Letter from Sacramento: A Simple Phone Call Will Sound for Generations

Kathryn Phillips, Sierra Club California

If one thing has come out of this COVID experience that everyone ought to be able to agree upon, it is that parks are important.

They have become a vital way for Californians to exercise and calm their spirits during this pandemic. Indeed, in the early days of the pandemic, visiting state parks became so popular that the state had to shut many down until officials figured out a way to better control crowds to support the need for physical distancing.

Ironically, the jump in need and use of the California Department of Parks and Recreation’s 280 parks has come during a period of stagnation in park expansion.

For more than a decade, the state has added no new parks — the longest period of time the state has gone without adding a park since the state parks system was founded in 1927, according to the San Jose Mercury News.

This has happened even as parks visitation has risen every year for at least a decade. In the 2016/2017 fiscal year, the last period for which statistics are available, state park visits had risen to more than 81 million a year. That was up by nearly 9 percent from the year before.

Given this, it might seem logical for a governor or his parks director to focus on adding another state park. And under most circumstances, I’d agree.

But in the last 22 years, there’s been something very wrong in the parks system that, until now, at least three state parks directors and four governors have not solved. Make that five governors, counting Gavin Newsom.

The problem is 3100 acres of high-quality blue oak woodland, grassland and desert-olive shrubland in the hills on the southeastern edge of Alameda County. The area is commonly called Tesla Park and it is rich with biodiversity in plants and animals. It is home to at least 42 special status wildlife species, including my favorite animal, the California red-legged frog.

The area is so rich in biodiversity that it has been a favorite research spot for naturalists, ecologists and a range of scientists for more than 100 years.

Despite this, California’s state parks system has been planning Tesla’s destruction for more than two decades. And when it finally purchased the former ranch property in the late 1990s, it locked the gates to hikers, picknickers and nature watchers and began efforts to make it a playground for dirt bikes and three wheelers that have already effectively denuded and defaced hillsides in the adjacent Carnegie off-highway vehicle park.

Since the land acquisition, neighbors and community members throughout the region, including Sierra Club activists and a range of prominent scientists, have tried to persuade state parks leaders to free Tesla Park from a sad fate that would seriously disturb its much-needed usefulness for plant and wildlife conservation and non-motorized recreation.

In 2019, we came very close to ensuring that the park would be saved. A bill would have simply allowed a conservation-minded agency to take over the land if a large ransom—already in hand—was paid. Assembly Bill 1086 was carried by Rebecca Bauer-Kahan and passed both houses easily.

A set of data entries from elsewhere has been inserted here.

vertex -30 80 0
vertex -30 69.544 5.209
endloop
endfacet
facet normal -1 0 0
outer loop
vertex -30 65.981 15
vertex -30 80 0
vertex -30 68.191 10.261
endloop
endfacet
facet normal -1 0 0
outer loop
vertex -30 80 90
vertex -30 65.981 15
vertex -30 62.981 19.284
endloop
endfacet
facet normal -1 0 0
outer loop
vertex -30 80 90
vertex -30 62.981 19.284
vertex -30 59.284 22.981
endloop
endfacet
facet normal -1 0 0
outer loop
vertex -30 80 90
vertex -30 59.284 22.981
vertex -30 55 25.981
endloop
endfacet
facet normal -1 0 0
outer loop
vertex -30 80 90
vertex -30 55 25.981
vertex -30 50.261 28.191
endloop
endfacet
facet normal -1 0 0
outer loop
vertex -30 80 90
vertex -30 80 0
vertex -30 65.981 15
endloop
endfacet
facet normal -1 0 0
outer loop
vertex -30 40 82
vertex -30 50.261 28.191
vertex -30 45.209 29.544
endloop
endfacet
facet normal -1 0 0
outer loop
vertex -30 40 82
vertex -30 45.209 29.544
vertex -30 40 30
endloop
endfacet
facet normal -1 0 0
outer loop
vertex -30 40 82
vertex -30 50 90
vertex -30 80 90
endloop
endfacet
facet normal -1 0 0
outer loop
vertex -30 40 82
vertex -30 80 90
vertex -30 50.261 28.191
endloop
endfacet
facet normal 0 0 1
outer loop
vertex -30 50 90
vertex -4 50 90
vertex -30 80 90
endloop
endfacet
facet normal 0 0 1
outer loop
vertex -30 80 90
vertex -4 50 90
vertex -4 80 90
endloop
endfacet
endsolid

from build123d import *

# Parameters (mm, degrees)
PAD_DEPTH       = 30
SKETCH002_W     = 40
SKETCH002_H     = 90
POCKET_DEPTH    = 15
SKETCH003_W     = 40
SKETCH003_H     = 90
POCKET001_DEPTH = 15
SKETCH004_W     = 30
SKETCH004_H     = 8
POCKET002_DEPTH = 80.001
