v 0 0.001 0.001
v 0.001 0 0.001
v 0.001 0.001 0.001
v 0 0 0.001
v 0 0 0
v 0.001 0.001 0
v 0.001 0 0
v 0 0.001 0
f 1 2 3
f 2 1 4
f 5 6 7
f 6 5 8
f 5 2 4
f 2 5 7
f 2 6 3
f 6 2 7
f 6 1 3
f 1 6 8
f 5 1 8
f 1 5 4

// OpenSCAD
// t_mesh — mesh properties WITHOUT rendering. This is the tier that catches the
// silent-material-loss class; CGAL's "Simple: yes" does not (docs/developer/verification.md).

use <../src/uniTube.scad>;

$fa = 6;
$fs = 0.5;

path = ut_polyline([[0, 0, 0], [50, 0, 0], [50, 50, 0]], r=15);
prof = ut_round(od=12, wall=2);
N = len(ut_prof_outer(prof));

// Analytic expectation: the swept area is the annulus between two N-gons, and
// the developed length is exact. Faceting the arc makes the mesh slightly
// smaller than the ideal, hence the band rather than an equality.
poly_area = function(r) (N / 2) * r * r * sin(360 / N);
expected = (poly_area(6) - poly_area(4)) * ut_length(path);
vol = ut_run_volume(path, prof);
assert(
    abs(vol - expected) / expected < 0.005,
    str("mesh volume ", vol, " must be within 0.5% of the analytic ", expected)
);

// The bore is a POSITIVE solid built from the same spine, stations and frame.
// That is what makes the junction two-pass free (AGENTS.md rule 5).
bore = ut_run_volume(path, prof, "bore");
shell = ut_run_volume(path, prof, "shell");
assert(abs(shell - bore - vol) / vol < 1e-6, "shell - bore must equal the finished wall exactly");
assert(abs(bore - poly_area(4) * ut_length(path)) / bore < 0.005, "bore volume matches the analytic lumen");

// Face and vertex counts are structural, not approximate.
sts = ut_stations(path);
pts = ut_mesh_points(ut_solid_rgn(prof), sts);
fcs = ut_mesh_faces(ut_solid_rgn(prof), sts);
assert(len(pts) == len(sts) * 2 * N, "annular mesh has 2N vertices per station");
assert(len(fcs) == (len(sts) - 1) * 4 * N + 4 * N, "annular mesh face count: skins plus two ring caps");
assert(
    min([for (f = fcs) len(f)]) == 3 && max([for (f = fcs) len(f)]) == 3,
    "every face is a TRIANGLE -- swept quads are non-planar and OpenSCAD would guess"
);

// Every vertex index is in range: an out-of-range index is a silent bad mesh.
assert(max([for (f = fcs) max(f)]) == len(pts) - 1, "face indices reach exactly the last vertex");
assert(min([for (f = fcs) min(f)]) == 0, "face indices start at 0");

// WINDING. ut_mesh_faces() is counter-clockwise seen from outside, so ut_volume()
// is positive; polyhedron() wants clockwise, and ut_sweep() converts with
// _ut_cw() at the one place the mesh is emitted. Passing the faces through
// unconverted made every swept solid inside-out, which no gate on 2021.01 could
// see: CGAL repairs orientation in a boolean. `just check` measures the sign of
// the EXPORTED mesh, which is the half this file cannot.
assert(ut_volume(pts, fcs) > 0, "ut_mesh_faces winds counter-clockwise from outside: positive volume");
assert(
    abs(ut_volume(pts, _ut_cw(fcs)) + ut_volume(pts, fcs)) < 1e-9,
    "_ut_cw reverses every face, so the volume changes sign exactly"
);
assert(len(_ut_cw(fcs)) == len(fcs), "and it drops none");

cube(0.001); // sentinel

Then it moved to the governor’s desk. He vetoed it. He did this despite the fact that everyone that seemed to need briefing within the governor’s office and out—including the Natural Resources Secretary—had been loaded up with information about Tesla Park’s importance.

This was just one of the bad decisions Newsom made on bills that year. And since then, Bauer-Kahan and the Tesla Parks folks, led by the Friends of Tesla Park, have tried various avenues to get the administration’s attention and a better outcome. So far the response is silence.

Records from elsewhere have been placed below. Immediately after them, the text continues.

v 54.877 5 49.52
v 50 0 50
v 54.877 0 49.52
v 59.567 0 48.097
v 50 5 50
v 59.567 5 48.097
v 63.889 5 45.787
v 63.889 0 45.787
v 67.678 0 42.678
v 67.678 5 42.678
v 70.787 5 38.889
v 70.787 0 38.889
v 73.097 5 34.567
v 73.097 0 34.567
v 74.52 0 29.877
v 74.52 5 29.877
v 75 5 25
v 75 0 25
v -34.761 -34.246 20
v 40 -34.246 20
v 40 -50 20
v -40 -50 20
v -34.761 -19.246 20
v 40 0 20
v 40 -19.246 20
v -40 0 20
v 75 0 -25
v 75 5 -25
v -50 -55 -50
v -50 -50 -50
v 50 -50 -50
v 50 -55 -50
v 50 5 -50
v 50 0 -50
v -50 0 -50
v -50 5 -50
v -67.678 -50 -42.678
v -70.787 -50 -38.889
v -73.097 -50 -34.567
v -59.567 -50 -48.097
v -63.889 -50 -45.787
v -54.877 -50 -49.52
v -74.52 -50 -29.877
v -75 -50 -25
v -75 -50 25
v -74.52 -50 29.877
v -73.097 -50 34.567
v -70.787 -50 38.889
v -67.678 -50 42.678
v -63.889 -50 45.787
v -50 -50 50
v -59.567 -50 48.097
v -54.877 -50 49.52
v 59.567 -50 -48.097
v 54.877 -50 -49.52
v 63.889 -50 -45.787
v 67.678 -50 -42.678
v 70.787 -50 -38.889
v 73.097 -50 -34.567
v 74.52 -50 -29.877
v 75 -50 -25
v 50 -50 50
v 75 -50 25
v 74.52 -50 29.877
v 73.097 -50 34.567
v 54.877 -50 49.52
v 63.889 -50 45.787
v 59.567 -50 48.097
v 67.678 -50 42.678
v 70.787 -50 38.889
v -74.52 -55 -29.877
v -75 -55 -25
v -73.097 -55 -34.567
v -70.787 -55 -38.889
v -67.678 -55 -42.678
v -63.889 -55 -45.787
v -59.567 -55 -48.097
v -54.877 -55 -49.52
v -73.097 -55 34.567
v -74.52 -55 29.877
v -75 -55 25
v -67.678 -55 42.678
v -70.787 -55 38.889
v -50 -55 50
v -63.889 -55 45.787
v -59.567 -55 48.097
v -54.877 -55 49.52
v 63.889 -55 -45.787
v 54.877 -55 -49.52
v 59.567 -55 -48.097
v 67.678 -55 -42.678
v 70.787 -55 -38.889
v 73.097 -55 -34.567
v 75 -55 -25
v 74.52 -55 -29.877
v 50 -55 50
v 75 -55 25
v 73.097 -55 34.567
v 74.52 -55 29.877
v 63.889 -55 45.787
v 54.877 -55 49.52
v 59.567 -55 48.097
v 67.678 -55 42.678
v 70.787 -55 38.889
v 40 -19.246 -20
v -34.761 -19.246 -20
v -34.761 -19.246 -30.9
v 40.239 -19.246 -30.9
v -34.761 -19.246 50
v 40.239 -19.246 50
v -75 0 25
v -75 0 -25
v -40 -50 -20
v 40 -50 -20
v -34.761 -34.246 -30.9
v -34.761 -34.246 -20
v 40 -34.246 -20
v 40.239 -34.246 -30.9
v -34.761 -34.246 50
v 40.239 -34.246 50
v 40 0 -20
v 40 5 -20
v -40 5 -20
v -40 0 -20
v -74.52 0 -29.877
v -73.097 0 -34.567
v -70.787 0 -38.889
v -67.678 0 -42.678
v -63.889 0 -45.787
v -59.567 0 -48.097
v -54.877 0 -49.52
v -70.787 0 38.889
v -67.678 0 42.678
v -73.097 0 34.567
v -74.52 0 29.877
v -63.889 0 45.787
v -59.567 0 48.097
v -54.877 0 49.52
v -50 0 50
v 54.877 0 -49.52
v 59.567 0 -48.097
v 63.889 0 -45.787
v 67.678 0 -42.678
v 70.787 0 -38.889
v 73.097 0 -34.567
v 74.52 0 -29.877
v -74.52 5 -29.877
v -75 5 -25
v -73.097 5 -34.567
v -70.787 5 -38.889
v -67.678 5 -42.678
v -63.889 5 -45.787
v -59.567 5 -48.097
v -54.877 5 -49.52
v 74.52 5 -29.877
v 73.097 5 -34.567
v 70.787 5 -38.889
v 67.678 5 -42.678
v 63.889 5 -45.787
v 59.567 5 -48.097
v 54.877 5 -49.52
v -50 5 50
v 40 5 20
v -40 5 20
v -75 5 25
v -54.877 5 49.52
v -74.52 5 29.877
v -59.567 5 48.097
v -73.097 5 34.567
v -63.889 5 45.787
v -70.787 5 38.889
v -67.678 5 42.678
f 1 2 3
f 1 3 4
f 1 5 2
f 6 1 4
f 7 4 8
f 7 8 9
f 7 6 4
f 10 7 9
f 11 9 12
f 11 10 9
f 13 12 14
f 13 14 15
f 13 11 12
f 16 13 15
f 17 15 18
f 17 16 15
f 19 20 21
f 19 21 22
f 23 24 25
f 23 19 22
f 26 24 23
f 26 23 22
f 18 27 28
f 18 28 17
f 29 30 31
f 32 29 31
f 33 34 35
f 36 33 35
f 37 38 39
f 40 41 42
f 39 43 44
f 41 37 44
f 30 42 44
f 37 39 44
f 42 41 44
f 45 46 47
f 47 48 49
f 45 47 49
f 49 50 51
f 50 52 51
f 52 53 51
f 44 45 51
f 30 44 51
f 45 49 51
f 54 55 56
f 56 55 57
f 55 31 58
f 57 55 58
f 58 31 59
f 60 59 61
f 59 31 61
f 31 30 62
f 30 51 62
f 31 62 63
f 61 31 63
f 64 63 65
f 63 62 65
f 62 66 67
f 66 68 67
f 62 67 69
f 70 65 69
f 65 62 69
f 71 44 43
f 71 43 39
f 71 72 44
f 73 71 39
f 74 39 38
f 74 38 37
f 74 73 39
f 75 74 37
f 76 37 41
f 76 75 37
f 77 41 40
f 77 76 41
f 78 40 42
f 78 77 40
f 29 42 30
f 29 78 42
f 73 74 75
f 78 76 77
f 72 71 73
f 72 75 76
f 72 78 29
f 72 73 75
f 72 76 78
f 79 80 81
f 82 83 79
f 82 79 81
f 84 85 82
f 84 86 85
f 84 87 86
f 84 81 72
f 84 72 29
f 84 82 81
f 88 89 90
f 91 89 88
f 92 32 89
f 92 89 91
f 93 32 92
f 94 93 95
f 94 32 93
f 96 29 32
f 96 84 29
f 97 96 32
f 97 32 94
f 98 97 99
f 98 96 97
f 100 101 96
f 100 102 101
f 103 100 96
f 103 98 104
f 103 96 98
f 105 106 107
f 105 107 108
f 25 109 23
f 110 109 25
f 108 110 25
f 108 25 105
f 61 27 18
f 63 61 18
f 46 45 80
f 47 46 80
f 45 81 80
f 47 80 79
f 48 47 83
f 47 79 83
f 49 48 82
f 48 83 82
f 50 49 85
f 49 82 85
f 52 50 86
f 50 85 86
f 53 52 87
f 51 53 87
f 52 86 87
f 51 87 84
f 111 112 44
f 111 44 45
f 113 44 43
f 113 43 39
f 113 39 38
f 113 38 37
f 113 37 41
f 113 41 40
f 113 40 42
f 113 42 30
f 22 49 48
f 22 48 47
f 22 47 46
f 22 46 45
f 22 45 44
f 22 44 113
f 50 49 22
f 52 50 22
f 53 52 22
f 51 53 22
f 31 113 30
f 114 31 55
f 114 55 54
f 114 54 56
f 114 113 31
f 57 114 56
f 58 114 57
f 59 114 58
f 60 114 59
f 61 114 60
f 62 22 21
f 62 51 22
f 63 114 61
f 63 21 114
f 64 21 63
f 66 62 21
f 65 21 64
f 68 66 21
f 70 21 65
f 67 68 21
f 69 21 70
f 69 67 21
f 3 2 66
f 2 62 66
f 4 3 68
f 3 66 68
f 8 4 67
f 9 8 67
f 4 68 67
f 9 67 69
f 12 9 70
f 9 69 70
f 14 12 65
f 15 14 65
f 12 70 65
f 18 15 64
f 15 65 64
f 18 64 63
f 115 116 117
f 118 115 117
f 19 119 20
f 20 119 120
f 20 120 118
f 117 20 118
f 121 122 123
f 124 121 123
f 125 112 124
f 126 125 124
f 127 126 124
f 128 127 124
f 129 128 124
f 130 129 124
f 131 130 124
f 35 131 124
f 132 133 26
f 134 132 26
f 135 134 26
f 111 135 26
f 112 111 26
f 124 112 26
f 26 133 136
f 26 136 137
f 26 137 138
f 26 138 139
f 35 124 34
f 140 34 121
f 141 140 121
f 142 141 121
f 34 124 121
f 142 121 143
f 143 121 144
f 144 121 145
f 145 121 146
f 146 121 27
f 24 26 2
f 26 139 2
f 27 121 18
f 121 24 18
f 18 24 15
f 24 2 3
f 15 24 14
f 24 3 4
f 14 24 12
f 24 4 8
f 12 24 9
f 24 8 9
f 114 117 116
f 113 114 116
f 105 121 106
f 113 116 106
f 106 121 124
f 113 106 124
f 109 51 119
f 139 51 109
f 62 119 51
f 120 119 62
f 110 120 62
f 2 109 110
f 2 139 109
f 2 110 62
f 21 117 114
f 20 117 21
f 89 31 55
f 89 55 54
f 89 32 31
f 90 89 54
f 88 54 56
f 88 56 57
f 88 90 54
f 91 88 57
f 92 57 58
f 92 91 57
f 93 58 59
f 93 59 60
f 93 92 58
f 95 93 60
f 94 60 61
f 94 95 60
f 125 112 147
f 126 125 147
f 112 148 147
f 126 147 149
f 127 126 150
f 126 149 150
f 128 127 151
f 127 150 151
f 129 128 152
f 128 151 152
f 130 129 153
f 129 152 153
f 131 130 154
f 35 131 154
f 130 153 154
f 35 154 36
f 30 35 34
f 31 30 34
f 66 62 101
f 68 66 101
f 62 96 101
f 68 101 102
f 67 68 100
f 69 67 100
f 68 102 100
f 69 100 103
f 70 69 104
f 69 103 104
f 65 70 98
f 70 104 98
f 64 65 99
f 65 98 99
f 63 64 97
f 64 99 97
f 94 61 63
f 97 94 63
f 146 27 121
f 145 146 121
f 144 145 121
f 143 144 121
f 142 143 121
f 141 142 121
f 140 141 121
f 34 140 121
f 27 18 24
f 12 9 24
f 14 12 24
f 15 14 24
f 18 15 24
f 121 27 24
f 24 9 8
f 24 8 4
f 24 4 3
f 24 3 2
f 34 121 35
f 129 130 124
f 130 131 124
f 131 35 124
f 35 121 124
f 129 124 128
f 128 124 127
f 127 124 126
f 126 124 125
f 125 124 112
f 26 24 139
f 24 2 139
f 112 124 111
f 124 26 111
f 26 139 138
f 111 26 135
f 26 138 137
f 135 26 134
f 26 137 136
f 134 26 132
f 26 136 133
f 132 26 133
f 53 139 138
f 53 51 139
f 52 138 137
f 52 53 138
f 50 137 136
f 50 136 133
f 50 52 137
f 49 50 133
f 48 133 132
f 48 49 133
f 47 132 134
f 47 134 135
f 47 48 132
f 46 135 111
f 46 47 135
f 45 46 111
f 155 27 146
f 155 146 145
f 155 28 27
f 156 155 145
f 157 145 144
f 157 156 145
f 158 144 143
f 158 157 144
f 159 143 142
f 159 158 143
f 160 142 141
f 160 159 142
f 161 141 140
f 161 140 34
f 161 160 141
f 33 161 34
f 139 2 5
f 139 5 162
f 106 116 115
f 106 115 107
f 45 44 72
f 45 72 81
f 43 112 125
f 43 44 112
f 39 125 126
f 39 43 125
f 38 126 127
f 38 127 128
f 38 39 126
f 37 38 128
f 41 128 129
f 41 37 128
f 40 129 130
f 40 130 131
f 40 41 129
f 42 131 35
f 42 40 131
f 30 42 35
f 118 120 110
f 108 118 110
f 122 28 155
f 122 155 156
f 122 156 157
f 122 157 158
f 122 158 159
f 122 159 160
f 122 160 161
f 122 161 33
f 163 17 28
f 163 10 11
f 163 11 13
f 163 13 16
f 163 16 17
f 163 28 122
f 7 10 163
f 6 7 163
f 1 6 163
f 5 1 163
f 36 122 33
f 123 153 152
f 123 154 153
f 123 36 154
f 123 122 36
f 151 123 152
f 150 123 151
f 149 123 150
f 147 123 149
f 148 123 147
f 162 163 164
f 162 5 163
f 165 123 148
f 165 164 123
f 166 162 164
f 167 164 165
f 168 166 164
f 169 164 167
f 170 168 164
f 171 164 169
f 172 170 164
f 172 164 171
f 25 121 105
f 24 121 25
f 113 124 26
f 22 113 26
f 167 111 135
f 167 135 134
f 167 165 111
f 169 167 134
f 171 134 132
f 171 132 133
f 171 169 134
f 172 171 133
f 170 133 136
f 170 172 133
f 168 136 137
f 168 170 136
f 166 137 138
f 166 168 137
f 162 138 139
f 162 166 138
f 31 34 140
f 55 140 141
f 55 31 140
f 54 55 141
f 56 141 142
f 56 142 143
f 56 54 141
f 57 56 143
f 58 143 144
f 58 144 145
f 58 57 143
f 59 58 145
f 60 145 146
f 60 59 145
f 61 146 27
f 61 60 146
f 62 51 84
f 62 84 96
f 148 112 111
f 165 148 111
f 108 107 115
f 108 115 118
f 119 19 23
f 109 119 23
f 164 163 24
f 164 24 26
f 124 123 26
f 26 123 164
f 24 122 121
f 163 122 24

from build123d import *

# Parameters (mm, degrees)
F0_W      = 150
F0_H      = 100
F1_DEPTH  = 50
F2_DEPTH  = 5
F3_W      = 80
F3_H      = 40
F4_DEPTH  = 100
F5_W      = 150
F5_H      = 100
F6_DEPTH  = 5
F8_R      = 25
F9_R      = 25
F10_R     = 25
F11_R     = 25
F12_R     = 25
F13_R     = 25
F14_R     = 25
F15_R     = 25
F16_R     = 25
F17_R     = 25
F18_R     = 25
F19_R     = 25
F20_W     = 80
F20_H     = 40
F21_DEPTH = 100
F22_W     = 75
F22_H     = 15
F23_DEPTH = 80.9


with BuildPart() as f1:
    # F0 (on Front) → F1 (new body)
    with BuildSketch(Plane.XZ):
        Rectangle(F0_W, F0_H)
    extrude(amount=F1_DEPTH)


with BuildPart() as f2:
    # F2 (new): a face of the model
    f2_faces = [f1.part.faces().sort_by_distance(p)[0] for p in [
        (0, -50, 0),
    ]]
    extrude(f2_faces, amount=F2_DEPTH)

    # F12
    f12_edges = [f2.edges().sort_by_distance(p)[0] for p in [
        (-75, -52.5, 50),
    ]]
    fillet(f12_edges, radius=F12_R)

    # F13
    f13_edges = [f2.edges().sort_by_distance(p)[0] for p in [
        (75, -52.5, 50),
    ]]
    fillet(f13_edges, radius=F13_R)

    # F14
    f14_edges = [f2.edges().sort_by_distance(p)[0] for p in [
        (-75, -52.5, -50),
    ]]
    fillet(f14_edges, radius=F14_R)

    # F15
    f15_edges = [f2.edges().sort_by_distance(p)[0] for p in [
        (75, -52.5, -50),
    ]]
    fillet(f15_edges, radius=F15_R)


with BuildPart() as f1_1:
    add(f1.part)

    # F3 (on face) → F4 (cut)
    with BuildSketch(Plane(origin=(0, 0, 0), x_dir=(-1, 0, 0), z_dir=(0, 1, 0))):
        Rectangle(F3_W, F3_H)
    extrude(amount=-F4_DEPTH, mode=Mode.SUBTRACT)

    # F8
    f8_edges = [f1_1.edges().sort_by_distance(p)[0] for p in [
        (75, -25, 50),
    ]]
    fillet(f8_edges, radius=F8_R)

    # F9
    f9_edges = [f1_1.edges().sort_by_distance(p)[0] for p in [
        (-75, -25, 50),
    ]]
    fillet(f9_edges, radius=F9_R)

    # F10
    f10_edges = [f1_1.edges().sort_by_distance(p)[0] for p in [
        (-75, -25, -50),
    ]]
    fillet(f10_edges, radius=F10_R)

    # F11
    f11_edges = [f1_1.edges().sort_by_distance(p)[0] for p in [
        (75, -25, -50),
    ]]
    fillet(f11_edges, radius=F11_R)

    # F22 (on face) → F23 (cut)
    with BuildSketch(Plane.XY.offset(50)):
        with Locations((2.7394670993, -26.7461243272)):
            Rectangle(F22_W, F22_H)
    extrude(amount=-F23_DEPTH, mode=Mode.SUBTRACT)


with BuildPart() as f6:
    # F5 (on face) → F6 (new body)
    with BuildSketch(Plane(origin=(0, 0, 0), x_dir=(-1, 0, 0), z_dir=(0, 1, 0))):
        Rectangle(F5_W, F5_H)
    extrude(amount=F6_DEPTH)

    # F16
    f16_edges = [f6.edges().sort_by_distance(p)[0] for p in [
        (-75, 2.5, 50),
    ]]
    fillet(f16_edges, radius=F16_R)

    # F17
    f17_edges = [f6.edges().sort_by_distance(p)[0] for p in [
        (-75, 2.5, -50),
    ]]
    fillet(f17_edges, radius=F17_R)

    # F18
    f18_edges = [f6.edges().sort_by_distance(p)[0] for p in [
        (75, 2.5, 50),
    ]]
    fillet(f18_edges, radius=F18_R)

    # F19
    f19_edges = [f6.edges().sort_by_distance(p)[0] for p in [
        (75, 2.5, -50),
    ]]
    fillet(f19_edges, radius=F19_R)

    # F20 (on face) → F21 (cut)
    with BuildSketch(Plane(origin=(0, 5, 0), x_dir=(-1, 0, 0), z_dir=(0, 1, 0))):
        Rectangle(F20_W, F20_H)
    extrude(amount=-F21_DEPTH, mode=Mode.SUBTRACT)


solid = Compound([f2.part, f1_1.part, f6.part])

The thing I find most interesting about all of this is that Newsom and his crew claim on the one hand to care deeply about conservation. That was the key message in the governor’s signing of a recent executive order.

That was also the message behind the administration’s proposal in January to establish a new park, called N3, not far from Tesla. The money for that park nearly vanished with the arrival of COVID.

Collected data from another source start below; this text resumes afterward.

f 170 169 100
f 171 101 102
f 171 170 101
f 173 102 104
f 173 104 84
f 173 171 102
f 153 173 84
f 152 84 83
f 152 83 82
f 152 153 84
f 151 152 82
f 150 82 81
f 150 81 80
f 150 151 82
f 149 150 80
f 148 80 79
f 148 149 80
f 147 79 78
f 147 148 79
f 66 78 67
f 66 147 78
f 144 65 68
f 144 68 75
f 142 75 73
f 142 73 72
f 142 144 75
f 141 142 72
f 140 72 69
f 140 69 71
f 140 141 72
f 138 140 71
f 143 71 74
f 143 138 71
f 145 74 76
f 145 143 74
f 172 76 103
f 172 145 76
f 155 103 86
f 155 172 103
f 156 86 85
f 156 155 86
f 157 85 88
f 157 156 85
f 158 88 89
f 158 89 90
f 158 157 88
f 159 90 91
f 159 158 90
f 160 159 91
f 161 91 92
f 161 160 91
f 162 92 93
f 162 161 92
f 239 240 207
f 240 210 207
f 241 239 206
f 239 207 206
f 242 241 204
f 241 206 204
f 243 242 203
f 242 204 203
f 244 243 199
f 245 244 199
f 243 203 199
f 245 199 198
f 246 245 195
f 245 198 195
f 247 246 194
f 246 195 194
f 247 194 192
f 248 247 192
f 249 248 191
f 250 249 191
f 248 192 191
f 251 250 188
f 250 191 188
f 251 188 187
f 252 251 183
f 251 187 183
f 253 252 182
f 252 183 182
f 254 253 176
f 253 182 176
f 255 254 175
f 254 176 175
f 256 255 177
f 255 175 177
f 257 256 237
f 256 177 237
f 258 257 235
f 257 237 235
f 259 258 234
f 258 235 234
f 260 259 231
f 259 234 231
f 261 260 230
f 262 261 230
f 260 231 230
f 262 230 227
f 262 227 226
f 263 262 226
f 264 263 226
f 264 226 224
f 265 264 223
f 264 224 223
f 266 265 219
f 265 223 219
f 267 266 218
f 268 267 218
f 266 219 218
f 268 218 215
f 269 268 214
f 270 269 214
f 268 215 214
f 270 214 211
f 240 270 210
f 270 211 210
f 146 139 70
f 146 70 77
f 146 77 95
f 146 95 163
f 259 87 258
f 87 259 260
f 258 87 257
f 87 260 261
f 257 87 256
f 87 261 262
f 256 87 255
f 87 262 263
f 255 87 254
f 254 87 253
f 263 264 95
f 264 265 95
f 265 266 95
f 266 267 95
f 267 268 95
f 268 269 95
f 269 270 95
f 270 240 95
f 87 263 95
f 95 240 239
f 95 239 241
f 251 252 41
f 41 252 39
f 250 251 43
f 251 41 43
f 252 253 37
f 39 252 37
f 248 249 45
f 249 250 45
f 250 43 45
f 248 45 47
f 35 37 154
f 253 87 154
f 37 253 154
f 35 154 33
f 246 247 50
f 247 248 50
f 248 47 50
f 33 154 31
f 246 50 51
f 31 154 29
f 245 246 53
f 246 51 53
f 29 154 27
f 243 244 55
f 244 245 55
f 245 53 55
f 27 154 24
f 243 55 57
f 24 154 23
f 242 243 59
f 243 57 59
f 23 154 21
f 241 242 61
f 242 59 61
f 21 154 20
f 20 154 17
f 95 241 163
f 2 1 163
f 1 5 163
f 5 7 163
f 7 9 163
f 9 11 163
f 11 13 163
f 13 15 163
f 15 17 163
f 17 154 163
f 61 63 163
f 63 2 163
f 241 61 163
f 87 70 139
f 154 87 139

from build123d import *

Notably, Tesla is part of a wildlife corridor that leads to N3. But the administration still remains silent on the fate of Tesla, other than to allow its park system to continue to spend time and resources defending its decision to turn Tesla into a dirt bike playground.

Gubernatorial candidate Newsom said more than once that he wanted to solve problems. Here’s a problem that Governor Newsom can solve swiftly and easily.

With nothing more difficult than a phone call to the parks director, the governor can preserve a wildlife corridor, preserve an important ecosystem that can’t be replicated or replaced, and open the gates to hikers simply by directing that Tesla be redesignated as a non-motorized park.

There’s a new parks director on board, Armando Quintero. He has a background that would suggest he’d be interested in preserving Tesla. But he’s only been in his position less than two months.

So this is a decision that rightly deserves the attention of the Natural Resources Agency secretary and the governor. In short order, they can do the right thing today. They can do something that can actually meet their stated goals and be appreciated for generations.

Or they can continue to talk the talk without walking the walk.